_PROBLEM DETAILS_
Transcribe the following entries word for word. End with the line where "v -122 -25 -120" appears.

_INFORMATION SUPPLIED_
▬▬▬▬▬▬
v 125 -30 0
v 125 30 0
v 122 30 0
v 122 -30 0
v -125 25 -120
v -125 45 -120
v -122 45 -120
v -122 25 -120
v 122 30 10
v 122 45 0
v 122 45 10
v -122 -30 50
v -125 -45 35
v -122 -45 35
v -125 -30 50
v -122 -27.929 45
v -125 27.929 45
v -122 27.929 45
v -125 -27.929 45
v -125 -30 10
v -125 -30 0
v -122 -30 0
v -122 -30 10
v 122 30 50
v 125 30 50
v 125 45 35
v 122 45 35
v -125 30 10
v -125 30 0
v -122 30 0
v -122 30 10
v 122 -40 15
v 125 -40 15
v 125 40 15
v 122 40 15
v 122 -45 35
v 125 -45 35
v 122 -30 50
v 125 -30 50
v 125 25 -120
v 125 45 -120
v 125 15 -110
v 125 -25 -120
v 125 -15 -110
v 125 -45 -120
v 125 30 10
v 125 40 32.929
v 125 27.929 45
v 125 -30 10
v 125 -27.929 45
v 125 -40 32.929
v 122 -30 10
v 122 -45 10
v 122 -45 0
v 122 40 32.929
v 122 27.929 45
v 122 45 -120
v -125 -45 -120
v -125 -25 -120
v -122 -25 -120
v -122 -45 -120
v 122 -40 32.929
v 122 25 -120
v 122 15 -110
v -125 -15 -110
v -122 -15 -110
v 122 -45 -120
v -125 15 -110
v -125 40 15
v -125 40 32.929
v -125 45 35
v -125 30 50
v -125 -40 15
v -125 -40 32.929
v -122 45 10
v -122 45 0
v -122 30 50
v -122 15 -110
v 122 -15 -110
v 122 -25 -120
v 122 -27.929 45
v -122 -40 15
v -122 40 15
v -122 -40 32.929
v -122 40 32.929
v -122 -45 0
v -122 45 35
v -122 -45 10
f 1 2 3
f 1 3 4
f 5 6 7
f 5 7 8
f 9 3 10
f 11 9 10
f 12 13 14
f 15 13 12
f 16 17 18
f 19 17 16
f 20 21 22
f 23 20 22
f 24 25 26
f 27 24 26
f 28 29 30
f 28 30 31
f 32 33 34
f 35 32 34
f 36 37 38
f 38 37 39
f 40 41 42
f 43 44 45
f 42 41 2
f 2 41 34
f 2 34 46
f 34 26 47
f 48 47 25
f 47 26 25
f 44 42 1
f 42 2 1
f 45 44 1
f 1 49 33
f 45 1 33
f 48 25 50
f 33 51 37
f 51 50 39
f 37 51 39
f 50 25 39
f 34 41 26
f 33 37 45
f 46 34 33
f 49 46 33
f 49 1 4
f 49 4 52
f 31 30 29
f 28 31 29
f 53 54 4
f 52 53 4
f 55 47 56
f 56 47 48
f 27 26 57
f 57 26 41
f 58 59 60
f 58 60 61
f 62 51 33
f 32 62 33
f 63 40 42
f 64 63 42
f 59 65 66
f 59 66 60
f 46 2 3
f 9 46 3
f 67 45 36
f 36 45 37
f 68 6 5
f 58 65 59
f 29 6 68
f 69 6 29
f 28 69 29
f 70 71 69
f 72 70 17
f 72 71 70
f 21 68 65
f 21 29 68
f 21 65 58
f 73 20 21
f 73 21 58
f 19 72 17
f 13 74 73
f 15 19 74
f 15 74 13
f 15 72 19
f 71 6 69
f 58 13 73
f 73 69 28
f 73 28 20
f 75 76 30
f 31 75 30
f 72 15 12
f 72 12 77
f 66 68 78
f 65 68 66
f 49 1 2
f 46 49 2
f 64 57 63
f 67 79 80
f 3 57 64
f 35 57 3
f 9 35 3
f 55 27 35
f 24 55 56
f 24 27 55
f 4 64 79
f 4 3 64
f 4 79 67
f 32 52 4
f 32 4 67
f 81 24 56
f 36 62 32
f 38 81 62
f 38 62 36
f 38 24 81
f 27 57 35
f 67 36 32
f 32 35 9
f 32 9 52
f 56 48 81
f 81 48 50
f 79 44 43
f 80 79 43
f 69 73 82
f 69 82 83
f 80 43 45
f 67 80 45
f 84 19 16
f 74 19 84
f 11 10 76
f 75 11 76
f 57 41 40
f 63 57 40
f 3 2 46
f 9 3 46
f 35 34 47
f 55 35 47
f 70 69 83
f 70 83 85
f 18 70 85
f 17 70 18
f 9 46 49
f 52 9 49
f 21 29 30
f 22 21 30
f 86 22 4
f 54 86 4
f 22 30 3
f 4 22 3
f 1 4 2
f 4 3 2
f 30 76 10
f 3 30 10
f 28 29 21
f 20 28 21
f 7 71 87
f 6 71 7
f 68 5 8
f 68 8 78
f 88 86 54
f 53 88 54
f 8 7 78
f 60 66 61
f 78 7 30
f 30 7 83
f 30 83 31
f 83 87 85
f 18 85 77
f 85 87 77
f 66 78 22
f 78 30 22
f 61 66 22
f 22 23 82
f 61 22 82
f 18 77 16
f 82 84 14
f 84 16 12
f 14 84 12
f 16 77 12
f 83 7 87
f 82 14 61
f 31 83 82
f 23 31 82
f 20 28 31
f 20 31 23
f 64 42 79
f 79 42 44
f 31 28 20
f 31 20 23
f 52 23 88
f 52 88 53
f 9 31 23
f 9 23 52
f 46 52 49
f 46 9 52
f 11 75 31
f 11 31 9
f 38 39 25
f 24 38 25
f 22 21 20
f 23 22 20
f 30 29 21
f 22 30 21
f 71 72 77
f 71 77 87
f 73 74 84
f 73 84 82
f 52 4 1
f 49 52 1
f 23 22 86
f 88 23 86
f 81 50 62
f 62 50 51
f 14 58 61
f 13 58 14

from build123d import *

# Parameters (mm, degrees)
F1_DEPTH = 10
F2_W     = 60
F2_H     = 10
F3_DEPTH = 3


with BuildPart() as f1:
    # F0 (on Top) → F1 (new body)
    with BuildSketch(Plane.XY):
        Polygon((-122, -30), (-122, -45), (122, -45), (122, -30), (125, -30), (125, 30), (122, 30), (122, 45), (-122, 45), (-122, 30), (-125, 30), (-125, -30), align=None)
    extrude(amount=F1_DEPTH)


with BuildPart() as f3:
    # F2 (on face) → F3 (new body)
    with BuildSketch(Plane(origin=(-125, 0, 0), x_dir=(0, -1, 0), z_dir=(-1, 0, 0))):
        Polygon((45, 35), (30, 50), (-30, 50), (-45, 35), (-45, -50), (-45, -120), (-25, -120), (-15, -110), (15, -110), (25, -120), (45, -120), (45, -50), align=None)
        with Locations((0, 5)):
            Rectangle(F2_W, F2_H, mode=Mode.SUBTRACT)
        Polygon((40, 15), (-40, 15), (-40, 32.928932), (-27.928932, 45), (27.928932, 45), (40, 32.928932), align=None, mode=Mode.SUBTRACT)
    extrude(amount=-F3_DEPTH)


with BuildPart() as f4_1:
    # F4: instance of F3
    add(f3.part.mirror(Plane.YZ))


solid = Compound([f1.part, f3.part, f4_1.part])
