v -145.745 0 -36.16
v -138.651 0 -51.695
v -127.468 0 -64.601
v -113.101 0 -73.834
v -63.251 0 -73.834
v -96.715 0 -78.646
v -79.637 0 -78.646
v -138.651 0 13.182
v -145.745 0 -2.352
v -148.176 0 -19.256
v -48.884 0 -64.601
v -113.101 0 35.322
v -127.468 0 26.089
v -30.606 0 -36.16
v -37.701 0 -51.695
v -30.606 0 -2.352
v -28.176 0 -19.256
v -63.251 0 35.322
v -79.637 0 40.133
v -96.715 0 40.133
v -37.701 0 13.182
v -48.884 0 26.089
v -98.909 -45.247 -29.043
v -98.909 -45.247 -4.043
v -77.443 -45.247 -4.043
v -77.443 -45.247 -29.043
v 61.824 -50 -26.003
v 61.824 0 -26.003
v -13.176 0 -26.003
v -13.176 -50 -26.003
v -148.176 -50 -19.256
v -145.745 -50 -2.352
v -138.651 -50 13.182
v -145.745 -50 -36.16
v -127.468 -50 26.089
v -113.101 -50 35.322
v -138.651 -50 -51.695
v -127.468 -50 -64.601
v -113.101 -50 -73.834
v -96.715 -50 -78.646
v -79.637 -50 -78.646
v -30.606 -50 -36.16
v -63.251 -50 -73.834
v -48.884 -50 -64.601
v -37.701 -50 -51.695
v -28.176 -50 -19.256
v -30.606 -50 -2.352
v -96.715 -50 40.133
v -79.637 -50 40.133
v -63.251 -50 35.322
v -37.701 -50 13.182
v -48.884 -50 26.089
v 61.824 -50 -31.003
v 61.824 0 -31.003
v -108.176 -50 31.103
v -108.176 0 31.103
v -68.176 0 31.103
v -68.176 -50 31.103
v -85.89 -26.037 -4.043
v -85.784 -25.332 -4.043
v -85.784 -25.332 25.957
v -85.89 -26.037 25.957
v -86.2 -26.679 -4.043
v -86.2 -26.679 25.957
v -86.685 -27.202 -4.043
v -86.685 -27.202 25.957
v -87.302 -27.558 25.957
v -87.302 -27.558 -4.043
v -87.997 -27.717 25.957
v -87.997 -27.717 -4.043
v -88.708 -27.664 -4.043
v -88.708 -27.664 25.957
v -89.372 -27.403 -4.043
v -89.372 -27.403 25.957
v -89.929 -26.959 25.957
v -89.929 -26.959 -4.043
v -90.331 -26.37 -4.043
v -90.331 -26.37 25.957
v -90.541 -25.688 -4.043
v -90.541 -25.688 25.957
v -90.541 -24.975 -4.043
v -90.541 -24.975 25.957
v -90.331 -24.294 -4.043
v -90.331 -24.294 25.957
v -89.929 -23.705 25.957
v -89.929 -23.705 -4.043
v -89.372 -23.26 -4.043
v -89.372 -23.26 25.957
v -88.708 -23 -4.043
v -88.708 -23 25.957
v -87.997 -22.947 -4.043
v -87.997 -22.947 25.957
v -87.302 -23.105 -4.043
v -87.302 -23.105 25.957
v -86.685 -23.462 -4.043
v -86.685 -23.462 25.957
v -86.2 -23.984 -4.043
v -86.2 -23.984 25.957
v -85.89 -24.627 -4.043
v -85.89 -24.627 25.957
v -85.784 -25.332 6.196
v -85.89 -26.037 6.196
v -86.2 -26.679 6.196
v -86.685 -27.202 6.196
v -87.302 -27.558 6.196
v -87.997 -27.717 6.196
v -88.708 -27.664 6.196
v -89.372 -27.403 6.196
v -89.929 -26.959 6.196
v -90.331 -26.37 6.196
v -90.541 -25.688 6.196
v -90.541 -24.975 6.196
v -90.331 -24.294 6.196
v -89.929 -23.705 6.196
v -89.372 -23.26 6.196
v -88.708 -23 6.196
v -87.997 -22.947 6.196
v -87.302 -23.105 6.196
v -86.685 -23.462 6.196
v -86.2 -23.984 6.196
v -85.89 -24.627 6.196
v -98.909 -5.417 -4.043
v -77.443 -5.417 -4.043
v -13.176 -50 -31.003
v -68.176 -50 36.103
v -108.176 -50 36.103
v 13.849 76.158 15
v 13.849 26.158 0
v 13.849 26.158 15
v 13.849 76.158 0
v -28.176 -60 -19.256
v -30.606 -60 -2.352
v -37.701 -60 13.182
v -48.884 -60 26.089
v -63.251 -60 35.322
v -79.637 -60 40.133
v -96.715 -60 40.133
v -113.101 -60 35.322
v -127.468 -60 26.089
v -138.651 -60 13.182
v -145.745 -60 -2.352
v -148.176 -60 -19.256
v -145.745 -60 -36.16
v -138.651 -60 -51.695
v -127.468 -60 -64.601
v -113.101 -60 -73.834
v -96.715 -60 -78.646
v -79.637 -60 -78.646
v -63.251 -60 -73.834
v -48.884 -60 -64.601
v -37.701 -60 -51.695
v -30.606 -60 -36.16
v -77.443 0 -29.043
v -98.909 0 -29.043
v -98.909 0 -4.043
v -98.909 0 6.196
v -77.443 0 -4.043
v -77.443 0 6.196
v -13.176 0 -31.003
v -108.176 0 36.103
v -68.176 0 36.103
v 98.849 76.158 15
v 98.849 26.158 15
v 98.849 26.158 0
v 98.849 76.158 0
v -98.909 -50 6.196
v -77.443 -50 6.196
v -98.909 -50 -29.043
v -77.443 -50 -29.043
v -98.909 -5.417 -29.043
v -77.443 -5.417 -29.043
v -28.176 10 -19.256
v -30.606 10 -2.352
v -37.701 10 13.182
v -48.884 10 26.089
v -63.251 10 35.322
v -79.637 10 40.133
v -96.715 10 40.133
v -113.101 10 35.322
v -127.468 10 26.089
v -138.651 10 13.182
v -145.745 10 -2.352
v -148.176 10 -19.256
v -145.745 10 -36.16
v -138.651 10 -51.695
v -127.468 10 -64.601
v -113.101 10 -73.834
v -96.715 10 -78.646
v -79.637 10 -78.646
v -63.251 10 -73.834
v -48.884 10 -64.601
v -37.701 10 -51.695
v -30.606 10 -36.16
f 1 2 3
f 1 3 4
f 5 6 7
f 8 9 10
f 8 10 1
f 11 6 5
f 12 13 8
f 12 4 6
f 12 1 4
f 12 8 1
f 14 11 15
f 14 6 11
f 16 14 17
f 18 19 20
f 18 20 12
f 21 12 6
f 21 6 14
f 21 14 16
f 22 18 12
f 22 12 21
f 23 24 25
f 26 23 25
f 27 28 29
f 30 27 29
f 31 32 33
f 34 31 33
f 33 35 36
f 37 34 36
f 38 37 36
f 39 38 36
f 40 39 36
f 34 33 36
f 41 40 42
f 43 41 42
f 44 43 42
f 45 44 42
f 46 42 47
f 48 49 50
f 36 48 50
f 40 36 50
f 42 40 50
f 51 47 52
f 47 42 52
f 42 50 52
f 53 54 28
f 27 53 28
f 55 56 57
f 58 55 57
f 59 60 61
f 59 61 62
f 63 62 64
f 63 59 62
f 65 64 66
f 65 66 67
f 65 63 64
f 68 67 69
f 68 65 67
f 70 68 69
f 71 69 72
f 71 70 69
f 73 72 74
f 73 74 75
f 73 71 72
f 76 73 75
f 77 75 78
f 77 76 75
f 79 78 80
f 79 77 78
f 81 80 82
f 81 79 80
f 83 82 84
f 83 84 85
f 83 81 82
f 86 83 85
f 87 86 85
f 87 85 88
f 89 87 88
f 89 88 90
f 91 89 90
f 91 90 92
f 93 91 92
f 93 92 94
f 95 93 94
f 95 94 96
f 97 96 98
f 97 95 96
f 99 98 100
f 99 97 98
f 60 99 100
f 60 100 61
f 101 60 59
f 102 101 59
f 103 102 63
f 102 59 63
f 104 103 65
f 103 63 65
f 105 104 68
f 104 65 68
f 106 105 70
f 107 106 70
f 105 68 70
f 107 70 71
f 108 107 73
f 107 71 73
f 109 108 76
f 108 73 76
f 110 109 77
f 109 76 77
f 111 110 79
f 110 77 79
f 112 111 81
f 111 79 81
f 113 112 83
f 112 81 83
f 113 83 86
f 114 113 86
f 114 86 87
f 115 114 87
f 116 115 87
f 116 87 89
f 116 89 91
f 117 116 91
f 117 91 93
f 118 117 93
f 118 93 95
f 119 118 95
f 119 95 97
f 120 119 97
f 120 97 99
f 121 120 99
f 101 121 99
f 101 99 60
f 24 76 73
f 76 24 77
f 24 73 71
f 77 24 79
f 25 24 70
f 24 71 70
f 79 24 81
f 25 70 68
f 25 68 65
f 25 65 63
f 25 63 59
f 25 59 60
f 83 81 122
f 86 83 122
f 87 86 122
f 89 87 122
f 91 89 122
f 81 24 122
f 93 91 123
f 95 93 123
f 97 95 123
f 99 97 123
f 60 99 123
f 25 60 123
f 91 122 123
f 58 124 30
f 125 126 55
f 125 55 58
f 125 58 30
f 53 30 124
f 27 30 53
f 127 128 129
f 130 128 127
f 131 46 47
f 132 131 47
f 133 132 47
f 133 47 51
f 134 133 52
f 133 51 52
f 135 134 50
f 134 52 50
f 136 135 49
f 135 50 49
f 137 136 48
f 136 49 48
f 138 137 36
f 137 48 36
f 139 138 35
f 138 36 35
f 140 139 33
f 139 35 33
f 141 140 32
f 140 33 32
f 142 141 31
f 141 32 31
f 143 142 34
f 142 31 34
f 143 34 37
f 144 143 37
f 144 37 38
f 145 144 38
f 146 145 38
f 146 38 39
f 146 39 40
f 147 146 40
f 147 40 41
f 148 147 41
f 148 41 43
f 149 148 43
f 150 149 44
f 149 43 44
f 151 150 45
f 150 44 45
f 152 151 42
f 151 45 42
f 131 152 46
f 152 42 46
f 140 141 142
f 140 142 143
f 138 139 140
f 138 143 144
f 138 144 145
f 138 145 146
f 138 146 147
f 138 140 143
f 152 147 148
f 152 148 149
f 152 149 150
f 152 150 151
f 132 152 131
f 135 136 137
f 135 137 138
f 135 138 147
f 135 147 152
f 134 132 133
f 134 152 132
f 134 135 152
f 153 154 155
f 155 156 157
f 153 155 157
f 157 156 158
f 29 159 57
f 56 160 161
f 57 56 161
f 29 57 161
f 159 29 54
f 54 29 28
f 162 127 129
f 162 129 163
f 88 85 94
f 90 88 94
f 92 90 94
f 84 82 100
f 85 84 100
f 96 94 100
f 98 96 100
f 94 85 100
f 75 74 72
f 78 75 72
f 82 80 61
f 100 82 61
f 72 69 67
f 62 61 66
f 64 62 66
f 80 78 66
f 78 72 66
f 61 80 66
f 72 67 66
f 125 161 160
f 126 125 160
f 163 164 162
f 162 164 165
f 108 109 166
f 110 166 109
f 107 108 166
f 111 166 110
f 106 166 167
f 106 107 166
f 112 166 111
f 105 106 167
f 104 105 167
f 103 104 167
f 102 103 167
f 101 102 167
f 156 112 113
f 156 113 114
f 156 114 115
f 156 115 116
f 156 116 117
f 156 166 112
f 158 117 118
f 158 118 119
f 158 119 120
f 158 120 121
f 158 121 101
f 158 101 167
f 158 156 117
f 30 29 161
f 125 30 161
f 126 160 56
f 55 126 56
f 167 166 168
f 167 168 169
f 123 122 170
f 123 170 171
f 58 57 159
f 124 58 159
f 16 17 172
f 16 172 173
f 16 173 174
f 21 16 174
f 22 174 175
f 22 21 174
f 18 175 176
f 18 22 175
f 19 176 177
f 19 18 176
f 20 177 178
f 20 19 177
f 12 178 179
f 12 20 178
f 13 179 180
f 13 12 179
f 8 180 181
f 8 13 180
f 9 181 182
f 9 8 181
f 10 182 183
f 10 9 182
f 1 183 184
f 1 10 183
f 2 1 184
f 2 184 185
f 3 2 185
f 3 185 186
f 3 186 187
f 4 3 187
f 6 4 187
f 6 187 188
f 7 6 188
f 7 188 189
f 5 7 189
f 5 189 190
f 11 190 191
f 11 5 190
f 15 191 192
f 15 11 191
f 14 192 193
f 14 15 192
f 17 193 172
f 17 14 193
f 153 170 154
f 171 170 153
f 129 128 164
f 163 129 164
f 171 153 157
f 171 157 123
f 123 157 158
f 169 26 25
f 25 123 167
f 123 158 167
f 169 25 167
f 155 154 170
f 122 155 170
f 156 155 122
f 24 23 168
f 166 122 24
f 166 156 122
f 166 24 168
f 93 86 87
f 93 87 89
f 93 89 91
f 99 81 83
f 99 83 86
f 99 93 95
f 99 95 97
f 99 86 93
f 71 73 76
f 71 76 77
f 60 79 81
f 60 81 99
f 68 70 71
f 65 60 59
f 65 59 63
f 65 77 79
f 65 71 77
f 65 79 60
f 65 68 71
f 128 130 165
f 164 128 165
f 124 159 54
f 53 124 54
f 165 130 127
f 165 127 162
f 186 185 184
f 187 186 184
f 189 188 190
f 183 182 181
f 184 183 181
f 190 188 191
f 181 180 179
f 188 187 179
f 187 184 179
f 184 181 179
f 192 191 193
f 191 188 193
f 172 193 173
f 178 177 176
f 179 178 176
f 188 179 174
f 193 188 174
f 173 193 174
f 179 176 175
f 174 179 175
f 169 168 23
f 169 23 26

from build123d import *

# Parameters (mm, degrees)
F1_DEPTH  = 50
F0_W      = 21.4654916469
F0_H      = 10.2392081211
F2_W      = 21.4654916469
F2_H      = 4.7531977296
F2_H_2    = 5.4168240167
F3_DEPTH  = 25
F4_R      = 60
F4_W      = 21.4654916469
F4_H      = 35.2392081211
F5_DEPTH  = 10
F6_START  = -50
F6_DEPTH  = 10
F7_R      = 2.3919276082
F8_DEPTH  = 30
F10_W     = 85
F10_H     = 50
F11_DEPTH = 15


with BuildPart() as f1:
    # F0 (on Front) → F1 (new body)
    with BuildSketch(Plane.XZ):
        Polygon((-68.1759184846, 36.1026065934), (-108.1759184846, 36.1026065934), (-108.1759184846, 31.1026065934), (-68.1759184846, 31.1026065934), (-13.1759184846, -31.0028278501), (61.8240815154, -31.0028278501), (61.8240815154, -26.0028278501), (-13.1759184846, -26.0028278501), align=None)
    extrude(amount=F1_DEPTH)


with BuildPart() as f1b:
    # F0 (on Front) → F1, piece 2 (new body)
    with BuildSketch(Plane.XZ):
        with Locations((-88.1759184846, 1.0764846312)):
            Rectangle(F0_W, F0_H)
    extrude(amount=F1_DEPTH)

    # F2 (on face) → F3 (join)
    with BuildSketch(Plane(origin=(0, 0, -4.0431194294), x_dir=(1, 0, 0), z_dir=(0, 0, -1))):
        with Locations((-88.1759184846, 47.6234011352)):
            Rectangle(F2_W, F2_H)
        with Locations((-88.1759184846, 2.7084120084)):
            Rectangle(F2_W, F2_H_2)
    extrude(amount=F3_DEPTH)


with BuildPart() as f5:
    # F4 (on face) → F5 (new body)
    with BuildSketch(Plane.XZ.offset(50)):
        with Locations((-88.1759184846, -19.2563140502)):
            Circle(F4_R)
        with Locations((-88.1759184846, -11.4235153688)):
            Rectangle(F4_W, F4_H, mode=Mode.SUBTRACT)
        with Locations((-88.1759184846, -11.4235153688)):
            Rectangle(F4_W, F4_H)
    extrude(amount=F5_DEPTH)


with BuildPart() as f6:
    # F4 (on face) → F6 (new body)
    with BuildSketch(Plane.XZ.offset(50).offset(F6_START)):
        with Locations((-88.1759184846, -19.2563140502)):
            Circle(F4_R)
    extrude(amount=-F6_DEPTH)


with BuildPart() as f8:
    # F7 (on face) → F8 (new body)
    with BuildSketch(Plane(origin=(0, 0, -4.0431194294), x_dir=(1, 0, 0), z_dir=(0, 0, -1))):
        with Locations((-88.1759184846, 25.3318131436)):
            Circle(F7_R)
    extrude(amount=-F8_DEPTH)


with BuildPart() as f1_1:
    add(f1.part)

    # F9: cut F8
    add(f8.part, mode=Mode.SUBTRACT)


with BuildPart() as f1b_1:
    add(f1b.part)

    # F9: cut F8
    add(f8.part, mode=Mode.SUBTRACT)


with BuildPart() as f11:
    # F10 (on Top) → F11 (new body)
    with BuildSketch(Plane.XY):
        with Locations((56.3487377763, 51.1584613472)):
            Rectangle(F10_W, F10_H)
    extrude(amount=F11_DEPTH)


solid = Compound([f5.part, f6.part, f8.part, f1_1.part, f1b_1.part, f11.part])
▬▬▬▬▬▬
_ANSWER FOR THIS EXERCISE_
v 125 -30 0
v 125 30 0
v 122 30 0
v 122 -30 0
v -125 25 -120
v -125 45 -120
v -122 45 -120
v -122 25 -120
v 122 30 10
v 122 45 0
v 122 45 10
v -122 -30 50
v -125 -45 35
v -122 -45 35
v -125 -30 50
v -122 -27.929 45
v -125 27.929 45
v -122 27.929 45
v -125 -27.929 45
v -125 -30 10
v -125 -30 0
v -122 -30 0
v -122 -30 10
v 122 30 50
v 125 30 50
v 125 45 35
v 122 45 35
v -125 30 10
v -125 30 0
v -122 30 0
v -122 30 10
v 122 -40 15
v 125 -40 15
v 125 40 15
v 122 40 15
v 122 -45 35
v 125 -45 35
v 122 -30 50
v 125 -30 50
v 125 25 -120
v 125 45 -120
v 125 15 -110
v 125 -25 -120
v 125 -15 -110
v 125 -45 -120
v 125 30 10
v 125 40 32.929
v 125 27.929 45
v 125 -30 10
v 125 -27.929 45
v 125 -40 32.929
v 122 -30 10
v 122 -45 10
v 122 -45 0
v 122 40 32.929
v 122 27.929 45
v 122 45 -120
v -125 -45 -120
v -125 -25 -120
v -122 -25 -120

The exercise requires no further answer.